When the S1 does finally drop, we expect it to look a LOT like the car in the render at the top. If it drops before the A1 facelift, then the above image should be VERY close to production with latest S-car grille and brightwork. If it drops after the facelift, expect subtle changes in line with the latest S4 and S5.









*Conclusion #3*

We're pretty sure this figure is not that of the also upcoming RS 1. Though we've not heard anything official from Audi regarding the existence of an RS 1 and thus are also unaware of the official drivetrain plan for the car. That said, fans peering underneath A1s in the Audi Forum garage have seen RS1 references on labels and then there's this mule * spied testing a few weeks ago * quite obviously wearing an RS 1 chin.

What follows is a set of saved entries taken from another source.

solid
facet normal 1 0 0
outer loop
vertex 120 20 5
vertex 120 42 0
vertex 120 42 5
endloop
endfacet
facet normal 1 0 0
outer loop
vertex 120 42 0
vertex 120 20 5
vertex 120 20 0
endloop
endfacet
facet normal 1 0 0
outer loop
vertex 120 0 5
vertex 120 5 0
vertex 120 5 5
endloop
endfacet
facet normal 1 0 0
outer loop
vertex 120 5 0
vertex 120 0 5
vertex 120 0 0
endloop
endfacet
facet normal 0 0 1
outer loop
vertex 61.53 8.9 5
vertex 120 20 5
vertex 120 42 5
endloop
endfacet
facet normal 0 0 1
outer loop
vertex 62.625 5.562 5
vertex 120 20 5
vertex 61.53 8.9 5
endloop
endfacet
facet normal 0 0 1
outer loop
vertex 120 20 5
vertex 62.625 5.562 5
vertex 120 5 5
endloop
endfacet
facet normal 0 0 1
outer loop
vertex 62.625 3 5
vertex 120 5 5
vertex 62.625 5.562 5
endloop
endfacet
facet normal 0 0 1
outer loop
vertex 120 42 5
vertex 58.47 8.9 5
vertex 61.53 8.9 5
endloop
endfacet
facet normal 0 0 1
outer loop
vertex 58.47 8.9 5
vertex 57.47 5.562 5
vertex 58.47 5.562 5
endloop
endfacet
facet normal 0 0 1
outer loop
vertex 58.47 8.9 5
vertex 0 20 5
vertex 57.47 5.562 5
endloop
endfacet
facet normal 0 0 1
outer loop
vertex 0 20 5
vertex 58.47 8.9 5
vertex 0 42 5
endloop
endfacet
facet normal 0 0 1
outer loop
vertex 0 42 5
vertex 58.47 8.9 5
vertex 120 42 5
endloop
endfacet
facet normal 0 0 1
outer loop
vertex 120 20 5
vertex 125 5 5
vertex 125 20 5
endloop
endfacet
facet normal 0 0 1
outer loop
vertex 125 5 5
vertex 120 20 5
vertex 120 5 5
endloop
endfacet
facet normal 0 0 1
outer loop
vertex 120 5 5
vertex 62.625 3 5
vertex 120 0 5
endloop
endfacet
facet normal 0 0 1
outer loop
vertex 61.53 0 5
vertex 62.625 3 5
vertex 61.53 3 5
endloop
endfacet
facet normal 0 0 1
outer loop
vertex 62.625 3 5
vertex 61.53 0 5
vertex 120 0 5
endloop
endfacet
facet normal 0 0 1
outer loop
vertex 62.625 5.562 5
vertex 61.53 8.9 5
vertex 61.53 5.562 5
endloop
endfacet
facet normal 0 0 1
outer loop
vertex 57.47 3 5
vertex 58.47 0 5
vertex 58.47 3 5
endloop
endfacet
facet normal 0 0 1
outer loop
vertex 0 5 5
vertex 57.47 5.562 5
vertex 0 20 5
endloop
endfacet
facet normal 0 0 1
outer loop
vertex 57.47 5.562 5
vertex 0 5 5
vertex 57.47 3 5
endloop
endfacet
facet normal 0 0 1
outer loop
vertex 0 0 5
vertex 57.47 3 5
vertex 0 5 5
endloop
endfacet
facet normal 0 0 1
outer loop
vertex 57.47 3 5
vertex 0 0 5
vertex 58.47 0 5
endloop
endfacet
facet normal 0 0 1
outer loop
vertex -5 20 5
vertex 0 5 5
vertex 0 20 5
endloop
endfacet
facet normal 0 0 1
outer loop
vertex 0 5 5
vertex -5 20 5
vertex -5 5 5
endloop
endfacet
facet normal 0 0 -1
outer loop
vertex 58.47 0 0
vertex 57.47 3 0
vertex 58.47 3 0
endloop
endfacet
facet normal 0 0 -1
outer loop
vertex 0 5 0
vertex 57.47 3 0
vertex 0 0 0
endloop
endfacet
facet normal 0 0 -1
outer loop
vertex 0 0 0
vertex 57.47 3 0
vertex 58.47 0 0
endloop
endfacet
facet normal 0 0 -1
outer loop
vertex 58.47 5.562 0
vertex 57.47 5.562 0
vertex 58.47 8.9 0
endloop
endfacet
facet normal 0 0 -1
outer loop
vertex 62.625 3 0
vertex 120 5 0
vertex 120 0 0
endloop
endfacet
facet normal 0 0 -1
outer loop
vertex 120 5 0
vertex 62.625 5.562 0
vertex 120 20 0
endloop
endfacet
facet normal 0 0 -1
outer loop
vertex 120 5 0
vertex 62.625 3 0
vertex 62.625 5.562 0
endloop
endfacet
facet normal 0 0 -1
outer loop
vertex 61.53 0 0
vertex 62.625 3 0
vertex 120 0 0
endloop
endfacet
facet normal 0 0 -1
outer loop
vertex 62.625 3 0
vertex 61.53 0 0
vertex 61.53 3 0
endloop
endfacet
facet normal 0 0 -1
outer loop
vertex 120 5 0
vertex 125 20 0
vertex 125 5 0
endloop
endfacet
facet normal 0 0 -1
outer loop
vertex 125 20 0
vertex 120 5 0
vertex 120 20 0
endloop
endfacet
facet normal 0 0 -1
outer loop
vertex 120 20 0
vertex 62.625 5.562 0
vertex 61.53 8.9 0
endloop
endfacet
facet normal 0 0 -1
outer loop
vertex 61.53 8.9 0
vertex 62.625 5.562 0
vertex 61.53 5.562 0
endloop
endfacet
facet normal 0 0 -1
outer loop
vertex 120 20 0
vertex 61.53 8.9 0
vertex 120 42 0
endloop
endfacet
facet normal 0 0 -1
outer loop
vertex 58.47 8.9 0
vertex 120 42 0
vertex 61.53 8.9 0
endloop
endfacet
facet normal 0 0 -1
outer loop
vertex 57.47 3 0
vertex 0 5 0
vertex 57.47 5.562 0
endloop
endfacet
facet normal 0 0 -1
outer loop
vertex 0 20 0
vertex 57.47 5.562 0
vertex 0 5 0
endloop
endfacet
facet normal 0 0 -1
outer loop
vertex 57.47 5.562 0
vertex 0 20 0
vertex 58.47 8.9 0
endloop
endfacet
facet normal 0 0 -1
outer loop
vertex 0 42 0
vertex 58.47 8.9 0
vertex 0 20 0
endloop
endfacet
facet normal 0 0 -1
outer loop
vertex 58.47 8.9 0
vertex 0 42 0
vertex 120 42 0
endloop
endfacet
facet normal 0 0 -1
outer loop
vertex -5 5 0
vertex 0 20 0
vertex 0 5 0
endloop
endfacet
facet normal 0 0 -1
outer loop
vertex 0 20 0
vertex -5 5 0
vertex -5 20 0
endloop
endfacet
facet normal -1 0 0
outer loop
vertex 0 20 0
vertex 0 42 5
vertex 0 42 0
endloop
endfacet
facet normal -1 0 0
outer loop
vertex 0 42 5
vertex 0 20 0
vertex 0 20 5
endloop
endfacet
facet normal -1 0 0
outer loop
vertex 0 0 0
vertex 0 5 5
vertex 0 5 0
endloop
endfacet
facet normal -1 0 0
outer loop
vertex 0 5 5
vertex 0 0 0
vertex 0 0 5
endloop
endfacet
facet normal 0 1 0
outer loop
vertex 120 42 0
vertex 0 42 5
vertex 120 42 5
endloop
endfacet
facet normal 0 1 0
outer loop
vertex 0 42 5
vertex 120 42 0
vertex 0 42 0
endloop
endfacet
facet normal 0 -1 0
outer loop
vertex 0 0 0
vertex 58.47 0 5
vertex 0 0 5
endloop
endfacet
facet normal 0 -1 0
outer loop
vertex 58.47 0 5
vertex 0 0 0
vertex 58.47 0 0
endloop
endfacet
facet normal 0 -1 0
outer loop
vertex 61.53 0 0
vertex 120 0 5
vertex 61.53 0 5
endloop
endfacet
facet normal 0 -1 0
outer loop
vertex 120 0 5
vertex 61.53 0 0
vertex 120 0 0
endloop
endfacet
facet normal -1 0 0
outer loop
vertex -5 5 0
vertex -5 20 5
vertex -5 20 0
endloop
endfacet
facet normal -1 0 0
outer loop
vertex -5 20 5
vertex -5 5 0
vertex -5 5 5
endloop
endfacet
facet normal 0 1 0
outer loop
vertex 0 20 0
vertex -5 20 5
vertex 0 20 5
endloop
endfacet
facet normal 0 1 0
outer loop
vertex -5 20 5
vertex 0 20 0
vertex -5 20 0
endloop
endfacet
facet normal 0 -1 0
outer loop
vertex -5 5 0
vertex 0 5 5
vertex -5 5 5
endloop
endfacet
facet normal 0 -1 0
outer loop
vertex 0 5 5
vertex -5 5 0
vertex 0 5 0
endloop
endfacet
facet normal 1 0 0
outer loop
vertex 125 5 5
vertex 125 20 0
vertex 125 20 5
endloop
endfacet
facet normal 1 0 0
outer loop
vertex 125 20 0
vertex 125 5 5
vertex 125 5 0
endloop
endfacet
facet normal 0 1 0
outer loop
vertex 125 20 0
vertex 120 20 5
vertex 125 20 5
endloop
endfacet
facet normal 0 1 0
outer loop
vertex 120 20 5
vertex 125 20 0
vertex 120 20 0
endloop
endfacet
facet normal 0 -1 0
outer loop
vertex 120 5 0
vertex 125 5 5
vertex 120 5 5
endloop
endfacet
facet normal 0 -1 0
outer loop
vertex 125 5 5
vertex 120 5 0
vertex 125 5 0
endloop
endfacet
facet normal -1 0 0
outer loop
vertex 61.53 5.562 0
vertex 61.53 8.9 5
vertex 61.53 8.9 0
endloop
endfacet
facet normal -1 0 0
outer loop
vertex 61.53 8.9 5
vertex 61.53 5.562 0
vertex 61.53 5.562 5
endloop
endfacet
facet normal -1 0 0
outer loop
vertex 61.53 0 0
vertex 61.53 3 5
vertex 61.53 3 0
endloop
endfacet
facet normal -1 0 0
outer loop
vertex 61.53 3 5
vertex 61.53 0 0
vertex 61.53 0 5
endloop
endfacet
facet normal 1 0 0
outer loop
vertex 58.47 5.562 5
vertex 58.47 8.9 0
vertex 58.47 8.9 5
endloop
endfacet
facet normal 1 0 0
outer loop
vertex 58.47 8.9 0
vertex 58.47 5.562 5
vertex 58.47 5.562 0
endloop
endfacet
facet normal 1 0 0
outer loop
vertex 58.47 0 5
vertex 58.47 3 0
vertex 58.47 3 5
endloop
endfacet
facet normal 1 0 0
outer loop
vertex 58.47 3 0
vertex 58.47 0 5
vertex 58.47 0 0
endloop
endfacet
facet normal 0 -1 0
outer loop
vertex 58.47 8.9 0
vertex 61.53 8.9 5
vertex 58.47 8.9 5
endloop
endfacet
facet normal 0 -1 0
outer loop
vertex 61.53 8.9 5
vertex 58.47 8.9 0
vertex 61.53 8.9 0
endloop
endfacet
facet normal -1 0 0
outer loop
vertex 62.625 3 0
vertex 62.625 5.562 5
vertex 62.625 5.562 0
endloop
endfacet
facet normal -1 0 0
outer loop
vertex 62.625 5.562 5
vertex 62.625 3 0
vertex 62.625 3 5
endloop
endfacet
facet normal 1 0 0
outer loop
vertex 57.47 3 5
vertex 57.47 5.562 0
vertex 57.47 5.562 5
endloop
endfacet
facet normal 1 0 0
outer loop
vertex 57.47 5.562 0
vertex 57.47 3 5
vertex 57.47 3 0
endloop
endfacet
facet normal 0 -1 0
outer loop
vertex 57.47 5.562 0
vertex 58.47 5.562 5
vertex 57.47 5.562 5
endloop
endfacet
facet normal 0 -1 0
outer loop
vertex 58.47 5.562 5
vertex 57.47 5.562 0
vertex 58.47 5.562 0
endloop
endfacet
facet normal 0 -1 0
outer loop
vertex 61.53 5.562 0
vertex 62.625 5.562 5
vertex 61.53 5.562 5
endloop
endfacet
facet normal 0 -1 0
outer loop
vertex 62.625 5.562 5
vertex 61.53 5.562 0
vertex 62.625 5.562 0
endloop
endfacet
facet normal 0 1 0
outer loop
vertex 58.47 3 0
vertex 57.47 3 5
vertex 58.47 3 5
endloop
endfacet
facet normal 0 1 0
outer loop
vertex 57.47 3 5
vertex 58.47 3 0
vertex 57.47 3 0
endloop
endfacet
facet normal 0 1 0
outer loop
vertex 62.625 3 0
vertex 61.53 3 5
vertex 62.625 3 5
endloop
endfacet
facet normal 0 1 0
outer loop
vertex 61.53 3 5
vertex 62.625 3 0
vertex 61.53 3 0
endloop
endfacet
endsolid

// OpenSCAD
// file: m3_captive_nut_slot.scad
$fn = 64;

include <dimensions.scad>;

module m3_captive_nut_slot() {
    translate([0, -0.1, -panel_thickness]) {
        cube([
            m3_bolt_slot_dia,
            m3_bolt_slot_len,
            panel_thickness * 3
        ]);
    }
    translate([-1, m3_bolt_slot_len / 3, -panel_thickness])
        cube([
            m3_nut_slot_width,
            m3_nut_slot_depth, 
            panel_thickness * 3
        ]);
}


m3_captive_nut_slot();
// file: dimensions.scad
panel_thickness = 5;

bezel_width = 140;
bezel_height = 85;
bezel_corner_radius = 3;
bezel_screw_hole_dia = 3.5;
bezel_angle = 70; // degrees

tab_tolerance_coeff = 1.025;
tab_width = 15;

floor_width = bezel_width - (panel_thickness * 4);
floor_depth = 120;
floor_height_above_bottom = 10; 

sma_bulkhead_radius = 3.25;
sma_bulkhead_flat_radius = 3;

roof_width = 100;
roof_depth = 80;
roof_height_below_top = 5; 

side_height = 100;
side_depth  = floor_depth;
side_corner_radius = 1.5;
chin_depth = 42;


// Pi standoff holes
// All measurements taken from https://www.raspberrypi.org/documentation/hardware/raspberrypi/mechanical/rpi_MECH_3bplus.pdf
// Top left etc relative to drawing
// 0,0 of drawing is bottom left corner

pi_width = 85;
pi_depth = 56;
pi_hole_dia = 2.75;
pi_hole_radius = pi_hole_dia / 2;
standoff_dia = pi_hole_dia * 2;
standoff_radius = standoff_dia / 2;
standoff_height = 3;
pi_standoff_holes = [
    [3.5, 3.5],           // bottom left
    [3.5+58, 3.5],      // bottom right
    [3.5, 3.5+49],      // top left
    [3.5+58, 3.5+49], // top right
];


m3_bolt_thread_len = 8;
m3_bolt_dia = 3;
m3_bolt_clearance_coeff = 1.02;
m3_bolt_slot_dia = m3_bolt_dia * m3_bolt_clearance_coeff;
m3_bolt_slot_len = m3_bolt_thread_len + 1;
m3_nut_flats_dia = 5.5;
m3_nut_clearance_coeff = 1.025;
m3_nut_points_dia = 6;
m3_nut_depth = 2.5;
m3_nut_slot_width = ((m3_nut_flats_dia * m3_nut_clearance_coeff) - m3_bolt_slot_dia) * 2;
m3_nut_slot_depth = m3_nut_depth * m3_nut_clearance_coeff;
   
// main file
include <dimensions.scad>;
use <m3_captive_nut_slot.scad>;

module chin_plate() {
    difference() {
        union() {
            cube([floor_width, chin_depth, panel_thickness]);
            translate([-panel_thickness, panel_thickness, 0])
                cube([panel_thickness, tab_width, panel_thickness]);
            translate([floor_width, panel_thickness, 0])
                cube([panel_thickness, tab_width, panel_thickness]);
        }
        translate([(floor_width/2)-(m3_bolt_slot_dia/2),0,0]) m3_captive_nut_slot();
    }
}

chin_plate();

Given Audi showed a 2.5 TFSI powered A1 concept back at Worthersee last year, we're hoping the RS 1 will get that motor, which would push the car another 100 hp above a 250 hp S1. Either way, we're pretty sure the 250 hp 2.0T A1 in ETKA does not refer to the RS 1.

Read more about the ETKA find at Paraisomotor.com after the jump.

* Full Story *


----------



## R5T (Apr 7, 2010)

It will be called "A1 TFSI quattro", no S or RS1.


----------



## [email protected] (Apr 9, 2004)

R5T;bt1390 said:


> It will be called "A1 TFSI quattro", no S or RS1.


This may be. ETKA would seem to back up this claim and so it is likely true. The crazy thing here is that we know there will be an S1 because we've seen that cluster. We know there will be an RS 1 because we've seen that test mule. If the A1 2.0 TFSI quattro is just that, then this suggests the S1 will be yet more powerful.


----------



## R5T (Apr 7, 2010)

The last i know is that the S1 name gets protected because of historical values and there will be no S1 legacy for the A1.
The only way a A1 can live up to that S1 name is with a 2.5TFSI engine and quattro but that would be to much for a A-Class car price wise.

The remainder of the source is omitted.